AI is not a person. Personhood, in the Christian tradition, is not a function of intelligence or eloquence. It is the dignity that comes from being made in the image of God, summoned into relationship with Him, embodied as soul and flesh together, and ordered to the love of God and neighbor. A language model has none of those marks. It is not an "it" with a hidden inner life. It is a vast statistical artifact, useful and impressive, with no soul, no conscience, no telos in the eyes of God.
AI is not a teacher. A teacher in the Christian sense is a person under God's authority, accountable to the church and to the Lord, who instructs other persons toward truth, virtue, and Christ. AI may convey information that teachers also convey. It is not under authority. It cannot be held to account. It cannot love its students. It is not a teacher.

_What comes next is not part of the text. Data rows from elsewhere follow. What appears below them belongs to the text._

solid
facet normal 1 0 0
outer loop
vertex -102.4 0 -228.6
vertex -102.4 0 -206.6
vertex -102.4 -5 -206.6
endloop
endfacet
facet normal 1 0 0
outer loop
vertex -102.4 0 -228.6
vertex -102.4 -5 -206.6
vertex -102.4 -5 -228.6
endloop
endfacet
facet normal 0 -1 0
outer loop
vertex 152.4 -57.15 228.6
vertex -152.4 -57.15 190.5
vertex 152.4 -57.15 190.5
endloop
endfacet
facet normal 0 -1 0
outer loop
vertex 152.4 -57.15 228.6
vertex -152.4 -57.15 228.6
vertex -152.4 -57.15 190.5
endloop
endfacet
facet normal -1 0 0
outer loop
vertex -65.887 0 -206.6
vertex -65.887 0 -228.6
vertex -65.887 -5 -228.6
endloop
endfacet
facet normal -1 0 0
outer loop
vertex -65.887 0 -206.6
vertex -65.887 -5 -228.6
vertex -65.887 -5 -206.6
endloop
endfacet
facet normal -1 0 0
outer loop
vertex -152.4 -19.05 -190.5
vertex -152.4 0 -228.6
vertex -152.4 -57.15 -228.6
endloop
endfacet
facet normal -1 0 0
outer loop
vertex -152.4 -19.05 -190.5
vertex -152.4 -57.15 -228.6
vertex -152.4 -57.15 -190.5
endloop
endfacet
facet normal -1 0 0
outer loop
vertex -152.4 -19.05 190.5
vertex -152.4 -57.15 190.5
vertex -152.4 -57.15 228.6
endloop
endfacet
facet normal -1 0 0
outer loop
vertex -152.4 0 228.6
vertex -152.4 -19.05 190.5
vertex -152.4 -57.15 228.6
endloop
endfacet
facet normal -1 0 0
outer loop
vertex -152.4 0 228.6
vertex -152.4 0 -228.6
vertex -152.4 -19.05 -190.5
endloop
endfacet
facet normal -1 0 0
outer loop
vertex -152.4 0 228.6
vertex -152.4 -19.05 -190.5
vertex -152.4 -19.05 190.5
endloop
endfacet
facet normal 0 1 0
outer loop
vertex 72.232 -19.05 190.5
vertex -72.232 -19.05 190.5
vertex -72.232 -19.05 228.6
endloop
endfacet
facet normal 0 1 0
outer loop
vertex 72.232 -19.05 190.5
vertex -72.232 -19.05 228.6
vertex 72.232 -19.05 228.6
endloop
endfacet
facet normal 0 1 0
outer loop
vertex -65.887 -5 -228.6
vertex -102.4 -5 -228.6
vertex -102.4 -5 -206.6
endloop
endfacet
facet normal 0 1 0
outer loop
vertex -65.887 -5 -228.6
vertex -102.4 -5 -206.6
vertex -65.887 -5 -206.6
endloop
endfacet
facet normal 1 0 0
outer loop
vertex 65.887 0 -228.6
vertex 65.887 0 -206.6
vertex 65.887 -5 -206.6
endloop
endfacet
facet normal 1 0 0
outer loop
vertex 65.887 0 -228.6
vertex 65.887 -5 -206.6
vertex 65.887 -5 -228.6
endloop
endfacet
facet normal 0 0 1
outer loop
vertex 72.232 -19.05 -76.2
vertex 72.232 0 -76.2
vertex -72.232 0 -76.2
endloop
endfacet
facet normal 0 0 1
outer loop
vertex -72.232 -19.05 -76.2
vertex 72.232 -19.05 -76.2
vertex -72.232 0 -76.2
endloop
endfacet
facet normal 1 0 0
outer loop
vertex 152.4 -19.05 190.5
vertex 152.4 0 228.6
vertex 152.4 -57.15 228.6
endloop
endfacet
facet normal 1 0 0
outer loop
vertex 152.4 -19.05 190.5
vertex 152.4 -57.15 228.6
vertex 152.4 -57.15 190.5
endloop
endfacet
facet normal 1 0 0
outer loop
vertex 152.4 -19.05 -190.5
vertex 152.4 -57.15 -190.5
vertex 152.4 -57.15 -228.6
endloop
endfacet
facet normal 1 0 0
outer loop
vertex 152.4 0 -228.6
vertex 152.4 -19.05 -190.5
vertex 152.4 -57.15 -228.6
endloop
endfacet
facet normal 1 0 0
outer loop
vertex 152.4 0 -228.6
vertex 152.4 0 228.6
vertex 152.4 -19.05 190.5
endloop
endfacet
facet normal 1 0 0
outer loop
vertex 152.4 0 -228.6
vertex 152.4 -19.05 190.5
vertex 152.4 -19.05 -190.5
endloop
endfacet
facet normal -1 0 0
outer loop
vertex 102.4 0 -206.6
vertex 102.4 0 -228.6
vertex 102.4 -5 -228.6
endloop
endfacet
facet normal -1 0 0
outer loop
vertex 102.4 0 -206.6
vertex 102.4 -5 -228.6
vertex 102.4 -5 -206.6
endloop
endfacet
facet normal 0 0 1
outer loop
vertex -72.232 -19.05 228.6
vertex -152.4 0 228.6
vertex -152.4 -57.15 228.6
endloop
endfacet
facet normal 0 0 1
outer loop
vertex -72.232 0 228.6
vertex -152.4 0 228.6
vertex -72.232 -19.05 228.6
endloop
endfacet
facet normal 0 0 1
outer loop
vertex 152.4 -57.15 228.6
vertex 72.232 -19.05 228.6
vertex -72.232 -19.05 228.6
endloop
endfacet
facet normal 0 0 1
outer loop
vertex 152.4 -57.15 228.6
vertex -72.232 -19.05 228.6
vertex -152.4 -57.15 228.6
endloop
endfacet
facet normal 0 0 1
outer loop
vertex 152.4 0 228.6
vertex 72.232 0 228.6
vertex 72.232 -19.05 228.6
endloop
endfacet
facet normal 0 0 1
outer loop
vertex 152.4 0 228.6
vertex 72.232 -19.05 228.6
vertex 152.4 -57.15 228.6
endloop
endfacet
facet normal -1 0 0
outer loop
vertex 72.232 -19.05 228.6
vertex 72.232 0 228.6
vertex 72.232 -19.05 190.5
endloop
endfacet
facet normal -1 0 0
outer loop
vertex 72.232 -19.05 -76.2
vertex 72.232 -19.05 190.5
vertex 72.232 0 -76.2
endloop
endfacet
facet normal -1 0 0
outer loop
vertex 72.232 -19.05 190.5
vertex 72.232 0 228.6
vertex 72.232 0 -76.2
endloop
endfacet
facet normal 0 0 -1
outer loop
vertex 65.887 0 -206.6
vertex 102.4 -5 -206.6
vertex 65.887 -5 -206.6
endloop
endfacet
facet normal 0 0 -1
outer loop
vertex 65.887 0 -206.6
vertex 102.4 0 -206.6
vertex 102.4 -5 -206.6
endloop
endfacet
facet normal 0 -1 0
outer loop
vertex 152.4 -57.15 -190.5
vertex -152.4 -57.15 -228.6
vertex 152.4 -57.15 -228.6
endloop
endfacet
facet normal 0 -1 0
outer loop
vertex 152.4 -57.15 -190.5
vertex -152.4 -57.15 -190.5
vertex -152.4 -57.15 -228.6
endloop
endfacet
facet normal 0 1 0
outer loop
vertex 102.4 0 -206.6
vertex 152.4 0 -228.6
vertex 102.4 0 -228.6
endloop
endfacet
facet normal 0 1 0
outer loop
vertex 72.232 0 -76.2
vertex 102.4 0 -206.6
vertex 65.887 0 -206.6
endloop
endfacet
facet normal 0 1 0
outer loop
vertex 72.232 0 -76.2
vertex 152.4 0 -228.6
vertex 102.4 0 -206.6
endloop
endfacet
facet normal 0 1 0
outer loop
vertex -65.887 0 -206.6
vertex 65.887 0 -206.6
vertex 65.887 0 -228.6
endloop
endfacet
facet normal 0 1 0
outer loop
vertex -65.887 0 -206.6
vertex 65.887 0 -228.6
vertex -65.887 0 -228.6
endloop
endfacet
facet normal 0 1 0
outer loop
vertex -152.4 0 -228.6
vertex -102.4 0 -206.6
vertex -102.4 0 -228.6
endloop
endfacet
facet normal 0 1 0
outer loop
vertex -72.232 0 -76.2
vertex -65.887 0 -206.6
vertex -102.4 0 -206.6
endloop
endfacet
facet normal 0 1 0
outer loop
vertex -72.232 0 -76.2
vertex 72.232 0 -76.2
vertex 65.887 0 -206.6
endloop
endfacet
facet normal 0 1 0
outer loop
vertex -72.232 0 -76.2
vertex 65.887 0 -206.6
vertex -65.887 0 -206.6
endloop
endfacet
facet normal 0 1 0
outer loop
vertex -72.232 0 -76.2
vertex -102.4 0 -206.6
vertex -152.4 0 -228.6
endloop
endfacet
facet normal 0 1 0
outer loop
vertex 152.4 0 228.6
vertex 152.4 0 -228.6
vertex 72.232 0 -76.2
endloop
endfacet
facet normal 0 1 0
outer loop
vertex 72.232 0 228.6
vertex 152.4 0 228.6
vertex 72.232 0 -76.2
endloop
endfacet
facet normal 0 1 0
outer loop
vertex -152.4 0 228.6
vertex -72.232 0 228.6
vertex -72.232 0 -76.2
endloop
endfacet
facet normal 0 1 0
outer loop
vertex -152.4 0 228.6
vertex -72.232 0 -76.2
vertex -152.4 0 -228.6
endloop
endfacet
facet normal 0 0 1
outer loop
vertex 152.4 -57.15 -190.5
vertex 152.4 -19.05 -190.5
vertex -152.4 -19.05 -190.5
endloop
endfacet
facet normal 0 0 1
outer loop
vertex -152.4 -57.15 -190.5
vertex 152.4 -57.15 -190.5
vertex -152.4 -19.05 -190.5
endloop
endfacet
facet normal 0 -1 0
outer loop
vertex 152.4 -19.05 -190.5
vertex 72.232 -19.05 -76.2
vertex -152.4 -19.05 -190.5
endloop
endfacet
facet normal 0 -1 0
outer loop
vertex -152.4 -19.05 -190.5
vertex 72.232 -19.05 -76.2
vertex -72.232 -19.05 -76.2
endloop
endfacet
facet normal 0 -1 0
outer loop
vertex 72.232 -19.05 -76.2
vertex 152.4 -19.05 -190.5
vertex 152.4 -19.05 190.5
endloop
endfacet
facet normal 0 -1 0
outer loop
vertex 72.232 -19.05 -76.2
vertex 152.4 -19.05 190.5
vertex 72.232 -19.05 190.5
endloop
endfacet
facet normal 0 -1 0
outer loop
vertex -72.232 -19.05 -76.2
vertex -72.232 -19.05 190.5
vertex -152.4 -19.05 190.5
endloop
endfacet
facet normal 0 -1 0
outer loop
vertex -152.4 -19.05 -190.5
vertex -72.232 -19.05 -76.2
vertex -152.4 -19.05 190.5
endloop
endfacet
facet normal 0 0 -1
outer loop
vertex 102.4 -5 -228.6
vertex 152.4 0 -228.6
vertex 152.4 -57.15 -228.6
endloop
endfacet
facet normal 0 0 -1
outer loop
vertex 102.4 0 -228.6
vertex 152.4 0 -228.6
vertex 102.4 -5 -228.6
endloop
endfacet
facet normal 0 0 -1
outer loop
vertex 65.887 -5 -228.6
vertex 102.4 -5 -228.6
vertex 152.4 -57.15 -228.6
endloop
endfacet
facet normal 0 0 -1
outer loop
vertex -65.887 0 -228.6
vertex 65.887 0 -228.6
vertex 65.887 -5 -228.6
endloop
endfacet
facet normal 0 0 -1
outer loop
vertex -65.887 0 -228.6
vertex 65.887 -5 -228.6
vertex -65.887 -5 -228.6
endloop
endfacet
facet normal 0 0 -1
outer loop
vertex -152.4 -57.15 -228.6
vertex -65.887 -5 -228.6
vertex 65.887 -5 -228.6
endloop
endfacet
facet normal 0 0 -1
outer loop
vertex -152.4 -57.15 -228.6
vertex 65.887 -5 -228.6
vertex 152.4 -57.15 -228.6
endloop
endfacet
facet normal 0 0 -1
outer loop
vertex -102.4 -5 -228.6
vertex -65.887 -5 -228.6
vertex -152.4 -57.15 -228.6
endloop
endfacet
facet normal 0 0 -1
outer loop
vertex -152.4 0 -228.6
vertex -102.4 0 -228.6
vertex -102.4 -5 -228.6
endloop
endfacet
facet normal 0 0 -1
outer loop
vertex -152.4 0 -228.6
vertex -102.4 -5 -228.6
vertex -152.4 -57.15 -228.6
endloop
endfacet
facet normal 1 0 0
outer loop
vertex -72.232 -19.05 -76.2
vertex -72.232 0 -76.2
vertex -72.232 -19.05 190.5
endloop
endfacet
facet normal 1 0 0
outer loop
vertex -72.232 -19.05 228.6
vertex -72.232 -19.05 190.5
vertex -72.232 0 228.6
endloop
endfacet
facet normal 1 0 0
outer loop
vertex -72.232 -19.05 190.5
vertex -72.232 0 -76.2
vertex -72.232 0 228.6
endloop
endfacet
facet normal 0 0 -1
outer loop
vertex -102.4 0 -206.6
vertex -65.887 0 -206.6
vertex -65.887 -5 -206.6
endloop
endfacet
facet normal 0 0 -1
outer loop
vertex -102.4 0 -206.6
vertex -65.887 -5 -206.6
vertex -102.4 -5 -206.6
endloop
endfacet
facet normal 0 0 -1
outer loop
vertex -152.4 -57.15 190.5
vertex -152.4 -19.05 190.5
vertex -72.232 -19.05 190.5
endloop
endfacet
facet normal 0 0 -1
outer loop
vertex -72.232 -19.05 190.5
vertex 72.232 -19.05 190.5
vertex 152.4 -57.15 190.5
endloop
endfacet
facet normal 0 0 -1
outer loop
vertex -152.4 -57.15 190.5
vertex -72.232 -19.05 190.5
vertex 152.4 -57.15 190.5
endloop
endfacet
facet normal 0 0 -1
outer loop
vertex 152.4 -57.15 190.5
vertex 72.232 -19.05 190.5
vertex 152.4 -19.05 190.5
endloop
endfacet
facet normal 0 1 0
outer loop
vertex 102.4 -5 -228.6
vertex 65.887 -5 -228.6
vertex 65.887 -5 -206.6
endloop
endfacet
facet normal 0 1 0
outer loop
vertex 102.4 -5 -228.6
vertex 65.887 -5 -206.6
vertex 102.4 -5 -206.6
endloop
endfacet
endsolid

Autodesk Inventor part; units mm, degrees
ref_plane "YZ Plane" through (0, 0, 0) normal (1, 0, 0) x (0, 1, 0)
ref_plane "XZ Plane" through (0, 0, 0) normal (0, 1, 0) x (-1, 0, 0)
ref_plane "XY Plane" through (0, 0, 0) normal (0, 0, 1) x (1, 0, 0)
sketch "Sketch1" plane through (0, 0, 0) normal (0, 1, 0) x (-1, 0, 0)
  line L0 (-152.4, -228.6) -> (152.4, -228.6)
  line L1 (152.4, -228.6) -> (152.4, 228.6)
  line L2 (152.4, 228.6) -> (-152.4, 228.6)
  line L3 (-152.4, 228.6) -> (-152.4, -228.6)
  line L4 (-152.4, -228.6) -> (152.4, 228.6) construction
  line L5 (152.4, -228.6) -> (-152.4, 228.6) construction
  point P0 (0, 0)
  dimension "d0" = 457.2
  dimension "d1" = 304.8
extrude "Extrusion1" add sketch "Sketch1" against normal blind 19.05
sketch "Sketch3" plane through (0, -19.05, 0) normal (0, -1, 0) x (1, 0, 0)
  line L0 (152.4, -228.6) -> (152.4, 228.6) projected
  line L1 (-152.4, 228.6) -> (-152.4, -228.6) projected
  line L2 (152.4, 228.6) -> (-152.4, 228.6)
  line L3 (-152.4, 228.6) -> (-152.4, 190.5)
  line L4 (-152.4, 190.5) -> (152.4, 190.5)
  line L5 (152.4, 190.5) -> (152.4, 228.6)
  line L6 (-152.4, -228.6) -> (152.4, -228.6) projected
  line L7 (152.4, -190.5) -> (-152.4, -190.5)
  line L8 (-152.4, -190.5) -> (-152.4, -228.6)
  line L9 (-152.4, -228.6) -> (152.4, -228.6)
  line L10 (152.4, -228.6) -> (152.4, -190.5)
  point P0 (0, 0)
  dimension "d4" = 38.1
  dimension "d5" = 38.1
extrude "Extrusion2" add sketch "Sketch3" along normal blind 38.1 contours L6 L1 L7 L0 | L4 L1 L2 L0
sketch "Sketch4" plane through (0, 0, 0) normal (0, 1, 0) x (1, 0, 0)
  line L0 (-152.4, -228.6) -> (152.4, -228.6) projected
  line L1 (-72.2315, -228.6) -> (72.2315, -228.6)
  line L2 (72.2315, -228.6) -> (72.2315, 76.2)
  line L3 (72.2315, 76.2) -> (-72.2315, 76.2)
  line L4 (-72.2315, 76.2) -> (-72.2315, -228.6)
  line L5 (-152.4, 228.6) -> (-152.4, -228.6) projected
  point P0 (0, 0)
  dimension "d8" = 144.463
  dimension "d9" = 304.8
  dimension "d10" = 80.1685
extrude "Extrusion3" cut sketch "Sketch4" against normal blind 19.05
sketch "Sketch5" plane through (0, 0, 0) normal (0, 1, 0) x (1, 0, 0)
  line L0 (-102.4, 228.6) -> (-65.887, 228.6)
  line L1 (-65.887, 228.6) -> (-65.887, 206.6)
  line L2 (-65.887, 206.6) -> (-102.4, 206.6)
  line L3 (-102.4, 206.6) -> (-102.4, 228.6)
  line L4 (152.4, 228.6) -> (-152.4, 228.6) projected
  line L5 (65.887, 228.6) -> (102.4, 228.6)
  line L6 (102.4, 228.6) -> (102.4, 206.6)
  line L7 (102.4, 206.6) -> (65.887, 206.6)
  line L8 (65.887, 206.6) -> (65.887, 228.6)
  line L9 (-152.4, 228.6) -> (-152.4, -228.6) projected
  line L10 (152.4, -228.6) -> (152.4, 228.6) projected
  point P0 (0, 0)
  point P1 (-65.887, 217.6)
  point P2 (84.1435, 228.6)
  dimension "d13" = 0
  dimension "d14" = 36.513
  dimension "d15" = 22
  dimension "d16" = 36.513
  dimension "d17" = 22
  dimension "d18" = 50
  dimension "d19" = 50
extrude "Extrusion4" cut sketch "Sketch5" against normal blind 5
properties material "Wood (Maple)"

AI is not the future of the gospel. The future of the gospel is the gospel itself — Christ crucified, raised, ascended, returning. The church is the body He builds. AI may, like printing, like radio, like translation, serve the work the church does. It will not save anyone, and it will not replace the means by which the Lord chooses to save.
AI is not the past returning as the future. It is not a new tower of Babel, not a return of the Nephilim, not a digital Antichrist. Some Christian writing rushes here. Resist that rush. AI is a creature — a made thing — and the Christian tradition has had much to say about made things for a long time. Treat AI under the older categories: a tool, used well or used badly. Wonder restrained. Eschatological imagination held in check.
What it is, plainly
AI is patterning. Very fast patterning, over very large amounts of human-produced text, image, sound, and code. Its outputs reflect what we have produced, smoothed by the statistics of how we produced them. When AI seems to "understand" a poem, it is not understanding; it is producing the kind of sentences that often accompany poems in the texts it has read. When AI seems to "feel" something, it is generating fluent emotional language. The mechanism is mundane. The output, used wisely, is useful.
The Christian tradition has a vocabulary for this kind of object. Artifact is the right word. Instrument. Tool. Even mirror, if we are careful — because what AI mostly reflects back to us is us: our own writing, our own habits, our own confusion and our own clarity, averaged. To meet an AI honestly is to meet a great deal of humanity in a single conversation. That fact is worth pondering, theologically. The world's text is now responding to itself.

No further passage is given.